Onderstaande omschrijving verduidelijkt de beoordeling van de algemene doelgroepen ‘personen met een ernstige communicatieve beperking’ uit de hulpmiddelenfiches.
Als de spraak- of taalfunctie gestoord is, kan dit resulteren in een belangrijk participatieprobleem. De spraak- of taalfunctie kan gestoord zijn omwille van een primaire of secundaire taal- of spraakstoornis of een neurocognitieve stoornis in het domein van taal, als gevolg van een niet-aangeboren hersenletsel. Het onvermogen om zich op een functionele manier uit te drukken, bepaalt of iemand nood heeft aan ondersteunende of alternatieve communicatiehulpmiddelen. Om voor het VAPH te voldoen aan de beschrijving van deze doelgroep, moet een persoon ten eerste een ernstige (primaire of secundaire) spraak- of taalstoornis of een neurocognitieve stoornis in het domein van de taal hebben. Bovendien moet aan volgende voorwaarde voldaan zijn:
- De communicatieve beperking is ernstig. Dat wil zeggen dat de persoon zich in verschillende dagelijkse situaties niet functioneel kan uiten.
- De communicatieve beperking is definitief. Dat betekent dat ze niet of onvoldoende verholpen kan worden door middel van therapie of technieken.
- De communicatieve beperking zorgt voor een participatieprobleem.

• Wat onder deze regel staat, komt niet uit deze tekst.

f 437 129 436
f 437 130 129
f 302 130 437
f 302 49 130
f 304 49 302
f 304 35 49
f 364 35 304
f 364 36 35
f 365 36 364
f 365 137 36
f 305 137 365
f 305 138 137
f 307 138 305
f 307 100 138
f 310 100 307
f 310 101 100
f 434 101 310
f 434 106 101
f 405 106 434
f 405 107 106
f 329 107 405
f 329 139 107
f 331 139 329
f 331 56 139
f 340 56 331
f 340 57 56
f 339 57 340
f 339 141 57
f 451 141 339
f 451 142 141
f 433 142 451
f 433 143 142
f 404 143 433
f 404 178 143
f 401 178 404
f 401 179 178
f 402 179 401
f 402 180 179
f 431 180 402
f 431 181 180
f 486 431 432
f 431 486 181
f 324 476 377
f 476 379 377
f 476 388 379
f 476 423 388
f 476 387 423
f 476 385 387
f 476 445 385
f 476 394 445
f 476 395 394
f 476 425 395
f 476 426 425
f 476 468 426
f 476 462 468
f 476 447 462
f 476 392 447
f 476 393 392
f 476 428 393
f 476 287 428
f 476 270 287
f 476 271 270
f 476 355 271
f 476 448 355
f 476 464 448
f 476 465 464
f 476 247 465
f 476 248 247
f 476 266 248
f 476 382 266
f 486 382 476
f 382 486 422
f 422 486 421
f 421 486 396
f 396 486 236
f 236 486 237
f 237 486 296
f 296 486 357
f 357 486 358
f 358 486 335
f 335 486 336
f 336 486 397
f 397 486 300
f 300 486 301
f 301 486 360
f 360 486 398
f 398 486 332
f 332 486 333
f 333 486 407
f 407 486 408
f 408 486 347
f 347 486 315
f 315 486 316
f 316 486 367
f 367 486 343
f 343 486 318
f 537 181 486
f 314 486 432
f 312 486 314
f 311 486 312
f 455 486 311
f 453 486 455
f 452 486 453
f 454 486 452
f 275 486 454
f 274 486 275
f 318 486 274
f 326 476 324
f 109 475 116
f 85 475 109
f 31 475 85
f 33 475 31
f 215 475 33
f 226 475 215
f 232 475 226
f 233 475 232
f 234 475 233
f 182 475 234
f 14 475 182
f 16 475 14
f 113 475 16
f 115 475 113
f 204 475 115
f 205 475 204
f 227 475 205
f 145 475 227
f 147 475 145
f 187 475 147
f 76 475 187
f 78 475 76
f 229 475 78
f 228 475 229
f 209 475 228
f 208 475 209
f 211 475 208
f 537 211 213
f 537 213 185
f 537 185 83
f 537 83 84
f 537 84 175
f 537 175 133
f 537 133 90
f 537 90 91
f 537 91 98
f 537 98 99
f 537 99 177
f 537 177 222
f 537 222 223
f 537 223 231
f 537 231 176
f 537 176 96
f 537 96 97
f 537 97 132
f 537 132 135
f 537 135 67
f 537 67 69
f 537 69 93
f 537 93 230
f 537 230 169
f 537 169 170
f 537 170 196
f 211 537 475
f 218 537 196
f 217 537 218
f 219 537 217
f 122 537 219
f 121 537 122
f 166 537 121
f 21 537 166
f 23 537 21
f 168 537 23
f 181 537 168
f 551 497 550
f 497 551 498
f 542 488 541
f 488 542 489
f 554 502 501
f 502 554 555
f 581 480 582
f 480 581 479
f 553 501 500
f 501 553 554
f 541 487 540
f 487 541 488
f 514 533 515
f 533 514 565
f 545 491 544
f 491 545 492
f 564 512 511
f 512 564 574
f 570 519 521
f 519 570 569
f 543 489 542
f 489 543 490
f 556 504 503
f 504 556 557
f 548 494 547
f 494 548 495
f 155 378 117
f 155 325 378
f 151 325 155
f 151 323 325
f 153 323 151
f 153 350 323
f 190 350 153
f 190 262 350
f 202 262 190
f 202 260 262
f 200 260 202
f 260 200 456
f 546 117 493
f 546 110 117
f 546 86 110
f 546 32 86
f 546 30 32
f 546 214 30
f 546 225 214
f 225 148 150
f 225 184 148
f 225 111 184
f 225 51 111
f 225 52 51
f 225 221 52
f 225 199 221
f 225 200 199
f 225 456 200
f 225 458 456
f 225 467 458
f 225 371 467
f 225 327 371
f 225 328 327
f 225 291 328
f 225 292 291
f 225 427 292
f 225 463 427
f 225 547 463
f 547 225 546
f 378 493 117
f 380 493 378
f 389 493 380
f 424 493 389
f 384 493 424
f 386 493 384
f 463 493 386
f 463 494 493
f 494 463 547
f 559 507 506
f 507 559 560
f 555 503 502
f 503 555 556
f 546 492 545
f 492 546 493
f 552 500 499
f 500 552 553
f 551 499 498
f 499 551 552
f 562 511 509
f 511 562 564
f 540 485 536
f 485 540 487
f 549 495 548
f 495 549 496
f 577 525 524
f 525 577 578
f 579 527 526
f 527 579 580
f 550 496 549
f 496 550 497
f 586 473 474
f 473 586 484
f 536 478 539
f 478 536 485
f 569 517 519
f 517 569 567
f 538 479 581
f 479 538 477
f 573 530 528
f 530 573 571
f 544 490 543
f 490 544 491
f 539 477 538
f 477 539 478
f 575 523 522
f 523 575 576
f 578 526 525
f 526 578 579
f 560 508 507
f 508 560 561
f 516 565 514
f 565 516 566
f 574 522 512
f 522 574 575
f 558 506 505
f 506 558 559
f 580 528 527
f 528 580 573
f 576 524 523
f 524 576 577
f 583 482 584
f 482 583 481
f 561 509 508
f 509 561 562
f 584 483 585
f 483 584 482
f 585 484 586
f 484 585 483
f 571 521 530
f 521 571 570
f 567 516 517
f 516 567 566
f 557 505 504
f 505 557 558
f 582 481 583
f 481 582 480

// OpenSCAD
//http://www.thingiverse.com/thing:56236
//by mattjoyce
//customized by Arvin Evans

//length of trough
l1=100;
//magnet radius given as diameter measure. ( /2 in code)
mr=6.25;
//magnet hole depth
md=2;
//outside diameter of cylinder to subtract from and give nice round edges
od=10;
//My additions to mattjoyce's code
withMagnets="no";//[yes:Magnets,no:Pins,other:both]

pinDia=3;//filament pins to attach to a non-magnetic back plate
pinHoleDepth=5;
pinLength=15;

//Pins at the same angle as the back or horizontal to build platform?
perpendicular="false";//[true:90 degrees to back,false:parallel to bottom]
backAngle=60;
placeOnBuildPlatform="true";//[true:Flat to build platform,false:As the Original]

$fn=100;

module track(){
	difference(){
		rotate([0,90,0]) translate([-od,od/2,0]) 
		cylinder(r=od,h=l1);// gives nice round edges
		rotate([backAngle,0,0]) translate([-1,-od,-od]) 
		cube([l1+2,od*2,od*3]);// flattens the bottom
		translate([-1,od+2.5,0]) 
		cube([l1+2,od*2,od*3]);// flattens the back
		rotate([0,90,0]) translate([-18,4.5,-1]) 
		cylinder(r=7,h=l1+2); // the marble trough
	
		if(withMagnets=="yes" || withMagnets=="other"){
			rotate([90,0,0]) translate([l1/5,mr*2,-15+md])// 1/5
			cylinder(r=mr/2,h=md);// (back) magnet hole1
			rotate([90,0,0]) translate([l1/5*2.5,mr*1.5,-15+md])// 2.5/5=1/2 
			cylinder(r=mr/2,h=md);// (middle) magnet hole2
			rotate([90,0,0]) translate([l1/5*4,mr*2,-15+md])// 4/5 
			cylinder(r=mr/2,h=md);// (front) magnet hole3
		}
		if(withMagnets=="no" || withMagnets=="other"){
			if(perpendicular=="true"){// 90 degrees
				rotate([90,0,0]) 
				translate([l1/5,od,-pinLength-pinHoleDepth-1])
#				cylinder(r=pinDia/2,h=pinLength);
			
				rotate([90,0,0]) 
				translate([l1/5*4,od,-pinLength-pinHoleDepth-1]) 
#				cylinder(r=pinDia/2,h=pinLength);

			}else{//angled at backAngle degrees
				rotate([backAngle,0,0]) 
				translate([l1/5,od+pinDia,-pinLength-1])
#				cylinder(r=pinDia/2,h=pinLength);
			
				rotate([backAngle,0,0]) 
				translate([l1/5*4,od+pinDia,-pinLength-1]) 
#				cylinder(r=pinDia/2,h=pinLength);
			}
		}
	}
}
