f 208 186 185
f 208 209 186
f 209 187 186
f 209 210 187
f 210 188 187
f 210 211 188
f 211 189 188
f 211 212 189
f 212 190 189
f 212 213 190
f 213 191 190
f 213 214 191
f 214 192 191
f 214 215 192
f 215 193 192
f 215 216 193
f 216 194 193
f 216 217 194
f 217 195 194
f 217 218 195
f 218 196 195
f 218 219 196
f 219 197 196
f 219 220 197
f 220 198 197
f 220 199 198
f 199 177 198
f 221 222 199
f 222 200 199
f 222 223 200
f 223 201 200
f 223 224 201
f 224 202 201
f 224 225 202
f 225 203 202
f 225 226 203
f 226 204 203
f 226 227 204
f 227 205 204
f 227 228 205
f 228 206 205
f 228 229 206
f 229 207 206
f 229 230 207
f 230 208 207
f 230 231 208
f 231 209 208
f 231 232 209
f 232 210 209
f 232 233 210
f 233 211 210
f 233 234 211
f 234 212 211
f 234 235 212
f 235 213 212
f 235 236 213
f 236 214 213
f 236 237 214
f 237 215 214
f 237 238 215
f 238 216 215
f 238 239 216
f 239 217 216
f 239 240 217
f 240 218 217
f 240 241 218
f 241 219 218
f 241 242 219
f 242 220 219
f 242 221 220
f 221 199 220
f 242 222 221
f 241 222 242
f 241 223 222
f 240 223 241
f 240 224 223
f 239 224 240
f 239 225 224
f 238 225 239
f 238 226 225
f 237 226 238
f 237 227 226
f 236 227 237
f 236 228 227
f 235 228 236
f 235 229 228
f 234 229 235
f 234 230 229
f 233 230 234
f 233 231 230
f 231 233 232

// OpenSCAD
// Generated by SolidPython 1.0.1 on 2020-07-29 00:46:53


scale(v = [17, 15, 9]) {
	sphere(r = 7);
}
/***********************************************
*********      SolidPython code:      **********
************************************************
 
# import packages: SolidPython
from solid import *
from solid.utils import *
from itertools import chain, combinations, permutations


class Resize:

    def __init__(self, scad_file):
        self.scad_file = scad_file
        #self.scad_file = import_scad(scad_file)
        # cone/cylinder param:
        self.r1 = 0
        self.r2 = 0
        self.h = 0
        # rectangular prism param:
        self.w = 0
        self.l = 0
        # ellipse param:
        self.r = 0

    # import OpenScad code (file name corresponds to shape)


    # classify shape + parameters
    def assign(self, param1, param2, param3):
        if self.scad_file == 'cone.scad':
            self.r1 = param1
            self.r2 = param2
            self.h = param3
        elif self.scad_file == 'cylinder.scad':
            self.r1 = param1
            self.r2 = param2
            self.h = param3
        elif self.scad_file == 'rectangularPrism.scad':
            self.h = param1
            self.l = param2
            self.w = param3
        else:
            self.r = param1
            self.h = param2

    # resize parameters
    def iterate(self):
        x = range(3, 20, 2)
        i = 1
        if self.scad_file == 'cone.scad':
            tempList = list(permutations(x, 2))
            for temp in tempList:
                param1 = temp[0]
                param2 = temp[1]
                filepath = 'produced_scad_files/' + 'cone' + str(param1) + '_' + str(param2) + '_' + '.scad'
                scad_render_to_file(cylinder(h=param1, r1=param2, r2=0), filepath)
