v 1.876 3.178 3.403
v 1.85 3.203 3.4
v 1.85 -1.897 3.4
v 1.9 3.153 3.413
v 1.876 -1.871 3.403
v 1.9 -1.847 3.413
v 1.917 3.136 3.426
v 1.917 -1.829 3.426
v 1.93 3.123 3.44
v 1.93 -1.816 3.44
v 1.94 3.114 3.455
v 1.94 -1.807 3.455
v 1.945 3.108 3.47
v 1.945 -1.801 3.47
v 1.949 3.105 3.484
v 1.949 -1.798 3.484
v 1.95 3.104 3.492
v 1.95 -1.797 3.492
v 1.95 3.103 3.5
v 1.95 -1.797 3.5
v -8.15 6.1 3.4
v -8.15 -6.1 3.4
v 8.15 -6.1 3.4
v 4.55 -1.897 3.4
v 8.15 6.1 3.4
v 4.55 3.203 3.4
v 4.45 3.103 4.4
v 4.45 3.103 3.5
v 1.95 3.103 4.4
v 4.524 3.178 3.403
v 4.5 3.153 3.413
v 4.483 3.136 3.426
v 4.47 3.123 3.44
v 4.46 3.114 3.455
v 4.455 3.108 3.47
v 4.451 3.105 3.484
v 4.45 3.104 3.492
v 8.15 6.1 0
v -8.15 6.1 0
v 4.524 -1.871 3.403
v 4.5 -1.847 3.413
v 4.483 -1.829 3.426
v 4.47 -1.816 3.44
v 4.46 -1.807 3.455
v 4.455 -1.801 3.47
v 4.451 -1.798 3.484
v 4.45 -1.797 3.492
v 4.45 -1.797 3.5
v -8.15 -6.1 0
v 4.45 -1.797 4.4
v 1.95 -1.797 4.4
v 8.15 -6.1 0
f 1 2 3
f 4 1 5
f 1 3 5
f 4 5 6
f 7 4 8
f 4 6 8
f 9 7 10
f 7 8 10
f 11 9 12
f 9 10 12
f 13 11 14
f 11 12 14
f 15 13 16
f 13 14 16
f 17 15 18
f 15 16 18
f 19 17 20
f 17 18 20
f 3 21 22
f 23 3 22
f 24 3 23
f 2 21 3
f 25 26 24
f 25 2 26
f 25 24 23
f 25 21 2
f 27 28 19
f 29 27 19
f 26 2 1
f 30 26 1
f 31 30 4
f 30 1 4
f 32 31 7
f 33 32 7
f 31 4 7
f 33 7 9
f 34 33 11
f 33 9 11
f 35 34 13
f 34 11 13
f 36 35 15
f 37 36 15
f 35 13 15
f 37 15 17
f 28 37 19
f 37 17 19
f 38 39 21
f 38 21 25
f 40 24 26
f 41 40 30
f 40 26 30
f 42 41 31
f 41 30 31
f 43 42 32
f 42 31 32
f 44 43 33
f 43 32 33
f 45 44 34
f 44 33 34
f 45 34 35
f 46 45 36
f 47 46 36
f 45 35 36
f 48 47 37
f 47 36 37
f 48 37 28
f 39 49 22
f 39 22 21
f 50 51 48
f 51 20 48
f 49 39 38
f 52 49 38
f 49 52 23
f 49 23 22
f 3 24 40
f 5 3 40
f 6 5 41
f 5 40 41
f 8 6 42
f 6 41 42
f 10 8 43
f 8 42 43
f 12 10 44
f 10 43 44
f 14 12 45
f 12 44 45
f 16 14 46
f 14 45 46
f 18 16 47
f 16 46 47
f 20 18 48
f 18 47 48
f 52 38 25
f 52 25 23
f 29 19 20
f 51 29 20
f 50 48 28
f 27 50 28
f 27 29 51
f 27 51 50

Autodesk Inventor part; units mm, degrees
ref_plane "YZ Plane" through (0, 0, 0) normal (1, 0, 0) x (0, 1, 0)
ref_plane "XZ Plane" through (0, 0, 0) normal (0, 1, 0) x (-1, 0, 0)
ref_plane "XY Plane" through (0, 0, 0) normal (0, 0, 1) x (1, 0, 0)
sketch "草图1" plane through (0, 0, 0) normal (0, 0, 1) x (1, 0, 0)
  line L0 (8.15, -6.1) -> (-8.15, -6.1)
  line L1 (-8.15, -6.1) -> (-8.15, 6.1)
  line L2 (-8.15, 6.1) -> (8.15, 6.1)
  line L3 (8.15, 6.1) -> (8.15, -6.1)
  line L4 (8.15, -6.1) -> (-8.15, 6.1) construction
  line L5 (-8.15, -6.1) -> (8.15, 6.1) construction
  point P0 (0, 0)
  dimension "d0" = 16.3
  dimension "d1" = 12.2
extrude "拉伸1" add sketch "草图1" along normal blind 3.4
sketch "草图2" plane through (0, 0, 3.4) normal (0, 0, 1) x (1, 0, 0)
  line L0 (4.45, 0) -> (4.45, 4.1654) construction
  line L1 (8.15, 6.1) -> (8.15, -6.1) construction
  line L2 (4.45, 3.1034) -> (1.95, 3.1034)
  line L3 (1.95, 3.1034) -> (1.95, -1.7966)
  line L4 (1.95, -1.7966) -> (4.45, -1.7966)
  line L5 (4.45, -1.7966) -> (4.45, 3.1034)
  point P0 (0, 0)
  dimension "d4" = 3.7
  dimension "d5" = 4.9
  dimension "d6" = 2.5
extrude "拉伸2" add sketch "草图2" along normal blind 1
fillet "圆角1" radius 0.1 4 edges at (4.45, 0.6534, 3.4) (3.2, 3.1034, 3.4) (3.2, -1.7966, 3.4) (1.95, 0.6534, 3.4)
properties part number "激光传感器模型" material "氮化硅"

De persoon kan zijn noden onvoldoende uiten, kan niet of onvoldoende deelnemen aan sociale activiteiten ...
Meer informatie over de diagnose van een taal- of spraakstoornis, de vereisten van het onderzoek en de voorwaarden voor de erkenning van de handicap, vindt u op deze website bij de informatie over module A.
Als er eerder al een functiebeperking en interventieniveau toegekend werd door de vroegere provinciale evaluatiecommissie (PEC):
- Voor personen die eerder functiebeperking en interventieniveau ‘aanvulling/vervanging spraak’ toegekend kregen, moet geen bijkomende informatie geleverd worden voor aanvragen voor de algemene doelgroep ‘personen met een ernstige communicatieve beperking’.